"Dynamic look at the life, work, and legacy of Charles Darwin" --The Sunday Times (U.K.)
Published 150 years ago, Charles Darwin’s On the Origin of Species changed everything--science, religion, and even humanity’s image of itself. Join Professor Richard Dawkins as he explains exactly how Darwin developed his revolutionary theory of evolution and why it’s still relevant today.
How do species evolve? What does "natural selection" mean in biology, politics, sociology, and philosophy? With passionate certainty, Dawkins provides answers, positing evolution as a matter of fact, not faith. In addition to interviewing scientific experts such as geneticist Craig Venter and paleoanthropologist Richard Leakey, Dawkins speaks with Dr. Rowan Williams, Archbishop of Canterbury, and other religious leaders about the existence of a Creator. Provocative, informative, and irresistibly watchable, this award-winning documentary offers lively new insights on an idea that still meets stubborn resistance.
Evolutionary biologist and fellow of the Royal Society, Richard Dawkins has served as professor of public understanding of science at Oxford University. He has written dozens of scholarly and popular works, including the controversial best seller The God Delusion.
Winner, Best Documentary Series (British Broadcast Awards, 2009)

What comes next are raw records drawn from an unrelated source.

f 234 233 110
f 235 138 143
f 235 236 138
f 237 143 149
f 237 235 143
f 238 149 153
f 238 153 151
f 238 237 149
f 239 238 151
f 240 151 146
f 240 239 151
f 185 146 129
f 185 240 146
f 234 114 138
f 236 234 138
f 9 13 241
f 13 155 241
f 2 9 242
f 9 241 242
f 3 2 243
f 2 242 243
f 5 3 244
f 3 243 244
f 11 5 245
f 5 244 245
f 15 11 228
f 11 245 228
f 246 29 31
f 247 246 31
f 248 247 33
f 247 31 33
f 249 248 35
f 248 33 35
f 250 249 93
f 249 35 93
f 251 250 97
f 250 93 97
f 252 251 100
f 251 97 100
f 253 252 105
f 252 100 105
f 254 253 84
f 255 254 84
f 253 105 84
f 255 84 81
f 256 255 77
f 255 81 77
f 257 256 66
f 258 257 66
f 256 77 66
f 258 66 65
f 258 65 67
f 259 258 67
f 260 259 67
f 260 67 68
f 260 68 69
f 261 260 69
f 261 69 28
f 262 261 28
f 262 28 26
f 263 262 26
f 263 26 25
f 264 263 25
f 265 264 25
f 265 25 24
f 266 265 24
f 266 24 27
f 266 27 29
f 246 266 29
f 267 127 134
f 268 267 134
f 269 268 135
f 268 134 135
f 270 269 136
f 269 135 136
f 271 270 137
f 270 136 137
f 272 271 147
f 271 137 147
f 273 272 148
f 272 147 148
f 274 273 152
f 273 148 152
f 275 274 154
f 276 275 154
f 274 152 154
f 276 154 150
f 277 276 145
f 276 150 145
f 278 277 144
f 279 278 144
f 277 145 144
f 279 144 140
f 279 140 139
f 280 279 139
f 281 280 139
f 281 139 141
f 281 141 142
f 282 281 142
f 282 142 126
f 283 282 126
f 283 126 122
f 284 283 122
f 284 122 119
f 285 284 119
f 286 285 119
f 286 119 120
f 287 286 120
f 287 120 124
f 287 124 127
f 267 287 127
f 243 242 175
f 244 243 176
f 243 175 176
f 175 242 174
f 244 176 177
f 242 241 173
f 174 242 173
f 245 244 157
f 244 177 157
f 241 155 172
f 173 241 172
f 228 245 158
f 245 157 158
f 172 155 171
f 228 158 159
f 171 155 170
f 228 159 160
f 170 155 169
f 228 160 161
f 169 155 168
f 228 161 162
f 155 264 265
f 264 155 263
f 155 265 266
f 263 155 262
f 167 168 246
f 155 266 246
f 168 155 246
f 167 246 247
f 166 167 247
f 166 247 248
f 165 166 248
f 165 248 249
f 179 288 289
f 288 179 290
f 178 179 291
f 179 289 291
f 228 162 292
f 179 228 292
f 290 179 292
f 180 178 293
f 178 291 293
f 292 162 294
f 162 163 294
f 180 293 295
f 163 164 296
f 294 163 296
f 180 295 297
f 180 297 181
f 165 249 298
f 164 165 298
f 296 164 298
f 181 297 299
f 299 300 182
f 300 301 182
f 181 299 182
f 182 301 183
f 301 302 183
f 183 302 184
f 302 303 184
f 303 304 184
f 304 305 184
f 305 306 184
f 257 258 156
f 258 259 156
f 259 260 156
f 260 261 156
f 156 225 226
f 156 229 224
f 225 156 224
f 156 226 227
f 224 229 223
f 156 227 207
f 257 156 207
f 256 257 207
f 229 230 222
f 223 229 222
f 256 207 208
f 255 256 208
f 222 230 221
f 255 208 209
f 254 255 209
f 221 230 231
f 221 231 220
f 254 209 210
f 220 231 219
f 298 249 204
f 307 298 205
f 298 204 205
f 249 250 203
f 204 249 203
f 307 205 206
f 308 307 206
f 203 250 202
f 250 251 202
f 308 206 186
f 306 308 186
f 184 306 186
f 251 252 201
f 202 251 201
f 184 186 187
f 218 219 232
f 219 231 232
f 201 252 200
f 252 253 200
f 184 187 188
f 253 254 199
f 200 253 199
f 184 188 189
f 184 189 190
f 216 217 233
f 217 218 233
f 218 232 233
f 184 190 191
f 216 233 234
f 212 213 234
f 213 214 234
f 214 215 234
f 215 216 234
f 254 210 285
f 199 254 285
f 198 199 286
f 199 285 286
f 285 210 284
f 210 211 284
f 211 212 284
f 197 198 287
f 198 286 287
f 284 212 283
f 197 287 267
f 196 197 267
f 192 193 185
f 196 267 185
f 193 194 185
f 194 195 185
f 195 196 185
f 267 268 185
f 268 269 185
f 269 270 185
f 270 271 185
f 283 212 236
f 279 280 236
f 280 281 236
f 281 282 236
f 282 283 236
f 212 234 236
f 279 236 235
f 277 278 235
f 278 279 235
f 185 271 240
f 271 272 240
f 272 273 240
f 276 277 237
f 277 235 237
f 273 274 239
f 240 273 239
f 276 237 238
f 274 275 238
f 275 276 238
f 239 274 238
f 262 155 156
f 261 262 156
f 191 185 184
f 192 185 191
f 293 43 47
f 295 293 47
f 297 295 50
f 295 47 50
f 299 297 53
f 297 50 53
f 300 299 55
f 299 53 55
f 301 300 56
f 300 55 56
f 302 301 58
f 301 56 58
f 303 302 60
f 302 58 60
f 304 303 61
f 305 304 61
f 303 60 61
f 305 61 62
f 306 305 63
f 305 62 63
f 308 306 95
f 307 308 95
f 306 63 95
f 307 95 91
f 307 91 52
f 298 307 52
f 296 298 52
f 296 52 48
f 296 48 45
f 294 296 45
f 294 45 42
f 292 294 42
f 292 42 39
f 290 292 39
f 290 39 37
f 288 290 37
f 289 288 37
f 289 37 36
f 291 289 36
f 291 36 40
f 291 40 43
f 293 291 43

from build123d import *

We are not even 20 seconds into The Genius of Charles Darwin before the English biologist Richard Dawkins proclaims that Darwin's theory of evolution by natural selection is "perhaps the most powerful idea ever to occur to a human mind." Dawkins obviously believes that evolution is no longer just a theory but a fact. Yet even as what he calls "undeniable evidence" to bolster that argument keeps mounting, so does the opposition to it, especially among Christian conservatives. Dawkins, author of The God Delusion and an avowed atheist, finds that paradox confounding and more than a little annoying, and while the three episodes (each about 45 minutes long) in this program offer plenty of history, information, and science, ultimately it is this battle between fact and faith that leaves the most lasting impression. In the first episode, "Life, Darwin & Everything," Dawkins offers biographical details about Darwin. The naturalist was himself deeply conflicted; extensive research during his long voyage aboard the Beagle convinced him that the creationist teachings of his youth were inaccurate, yet he delayed publication of his masterwork, On the Origin of Species, for fear of alienating the British establishment. In episode 2, Dawkins discusses the human element, concluding that it is our morality (leading to emotions like sympathy and gratitude) and sense of altruism that set us apart from the "mindless brutality" that defines survival of the fittest in the rest of the natural world. Finally, in episode 3, "God Strikes Back," he takes on the doubters, claiming that there is as much hard evidence (like extensive fossil records and DNA research) to support Darwin as there is to uphold the facts that the Earth is round or that Napoleon existed. Dawkins is hardly objective, calling those who deny evolution "pathetic," but he does give them their say, including the president of a group called "Concerned Women for America" (whose condescension even outdoes Dawkins's) and another "expert" who says simply, "You can't see [evolution], so it's not science."